Todo cambió tras el paso por boxes. Los Wolves, fatigados, se arracimaron ante su área y el Sevilla fue copando el terreno británico. Se asomó primero, marchó después al toque de tambor, con los centrales acampados en el círculo central para impedir las salidas del rival; y, finalmente, con la insistencia de un martillo pilón, un asedio en toda regla mediante el que se generaban ocasiones de ésas que añoran un delantero competente, el que sigue sin tener esta plantilla: Joan Jordán se entretuvo para remachar un centro de Ocampos, En-Nesyri se fabricó una con mucho mérito pero culminó con un tiro flojo y Koundé, solo, cabeceó alto un centro maravilloso de Suso; y Rui Patricio sacó una mano providencial en una falta de Banega. Doce córneres a cero, marcó el grafismo televisivo en el minuto 84. Tenía que llegar. O no, ¿por qué habría de llegar?  Llegó el decimotercer saque de esquina a falta de tres minutos. Suso vio que Banega estaba solo en la posición del extremo zurdo. Se la dio, claro, el rosarino tuvo tiempo para pensar ningún defensor se sintió con fuerza para saltar a presionarle y mandó un pase teledirigido a la cabeza de Ocampos, que marcó gracias a un espectacular giro de cuello.

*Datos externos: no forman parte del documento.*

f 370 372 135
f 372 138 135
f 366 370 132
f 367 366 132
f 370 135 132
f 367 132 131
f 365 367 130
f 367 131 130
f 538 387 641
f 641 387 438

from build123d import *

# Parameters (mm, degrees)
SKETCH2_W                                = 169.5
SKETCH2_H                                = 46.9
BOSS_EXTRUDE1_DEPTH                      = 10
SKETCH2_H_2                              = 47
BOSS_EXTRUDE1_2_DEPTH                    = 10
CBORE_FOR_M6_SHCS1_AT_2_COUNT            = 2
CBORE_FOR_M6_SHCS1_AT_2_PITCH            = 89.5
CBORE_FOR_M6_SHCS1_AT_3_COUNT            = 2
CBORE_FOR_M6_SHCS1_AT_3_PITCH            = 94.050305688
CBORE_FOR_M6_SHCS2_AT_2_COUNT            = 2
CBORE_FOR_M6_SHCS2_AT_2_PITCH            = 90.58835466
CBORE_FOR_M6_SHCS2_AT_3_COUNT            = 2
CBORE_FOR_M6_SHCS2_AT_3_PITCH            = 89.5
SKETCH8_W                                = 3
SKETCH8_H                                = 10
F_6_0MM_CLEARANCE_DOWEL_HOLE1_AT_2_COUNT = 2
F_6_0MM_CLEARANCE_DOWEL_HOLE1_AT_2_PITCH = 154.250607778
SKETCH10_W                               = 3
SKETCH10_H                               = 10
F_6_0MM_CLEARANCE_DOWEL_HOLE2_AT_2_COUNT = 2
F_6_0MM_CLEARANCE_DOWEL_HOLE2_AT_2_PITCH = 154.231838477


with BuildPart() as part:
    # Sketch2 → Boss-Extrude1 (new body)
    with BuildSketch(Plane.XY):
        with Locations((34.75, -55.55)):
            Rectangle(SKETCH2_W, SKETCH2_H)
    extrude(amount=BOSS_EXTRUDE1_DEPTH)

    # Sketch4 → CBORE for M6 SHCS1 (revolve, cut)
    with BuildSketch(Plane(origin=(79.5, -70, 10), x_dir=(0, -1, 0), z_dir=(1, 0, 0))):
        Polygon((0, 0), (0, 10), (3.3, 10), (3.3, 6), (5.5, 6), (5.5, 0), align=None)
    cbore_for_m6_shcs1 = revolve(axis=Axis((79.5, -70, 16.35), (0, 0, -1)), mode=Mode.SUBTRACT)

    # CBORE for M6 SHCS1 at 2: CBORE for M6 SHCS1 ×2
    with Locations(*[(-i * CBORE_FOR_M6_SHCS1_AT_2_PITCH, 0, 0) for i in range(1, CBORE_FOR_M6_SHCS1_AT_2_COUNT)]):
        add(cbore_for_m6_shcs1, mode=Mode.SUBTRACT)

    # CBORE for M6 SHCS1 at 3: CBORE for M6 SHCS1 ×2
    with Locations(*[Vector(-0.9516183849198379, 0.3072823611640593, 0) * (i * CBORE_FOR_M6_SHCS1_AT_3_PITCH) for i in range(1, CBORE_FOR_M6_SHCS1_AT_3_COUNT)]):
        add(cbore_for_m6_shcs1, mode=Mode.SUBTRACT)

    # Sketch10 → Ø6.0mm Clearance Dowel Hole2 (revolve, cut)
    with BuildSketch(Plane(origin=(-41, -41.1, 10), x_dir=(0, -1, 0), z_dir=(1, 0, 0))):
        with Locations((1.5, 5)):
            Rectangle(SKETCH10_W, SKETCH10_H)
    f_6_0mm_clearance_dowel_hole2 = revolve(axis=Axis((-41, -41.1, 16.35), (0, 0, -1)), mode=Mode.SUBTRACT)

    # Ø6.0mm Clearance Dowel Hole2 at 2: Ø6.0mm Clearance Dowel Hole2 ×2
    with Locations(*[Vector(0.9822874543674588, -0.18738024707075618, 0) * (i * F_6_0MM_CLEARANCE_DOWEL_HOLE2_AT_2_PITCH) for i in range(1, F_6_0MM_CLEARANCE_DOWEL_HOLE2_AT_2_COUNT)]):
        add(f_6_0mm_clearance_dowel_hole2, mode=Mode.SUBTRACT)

En semis, el Manchester United, o sea, que Su Graciosa Majestad manda por fin a sus mejores escuadrones. Pinta más igualado, vale, pero el Sevilla sigue siendo favorito.

Ficha Técnica

Wolverhampton Wanderers (0): Rui Patricio, Boly, Coady, Saiss, Doherty, Dendoncker, Joao Moutinho (Pedro Neto, minuto 71), Rubén Neves, Vinagre, Adama Traoré (Diogo Jota, minuto 78) y Raúl Jiménez.

Sevilla FC (1): Bono, Jesús Navas, Koundé, Diego Carlos, Reguilón, Fernando, Joan Jordán (‘Mudo’ Vázquez, minuto 84), Banega, Ocampos, Suso (Munir, minuto 88) y En-Nesyri (De Jong, minuto 84).

Goles: 1-0, minuto 87: Ocampos.

Árbitro: Daniele Orsato (italiano). Amarillas para Diego Carlos, Saiss y Rubén Neves.

El mejor del Encuentro

Banega

Dio el gol y se volvió a jugar como él quiso. Una pena que se marche. Otro partidazo ante el Wolverhampton.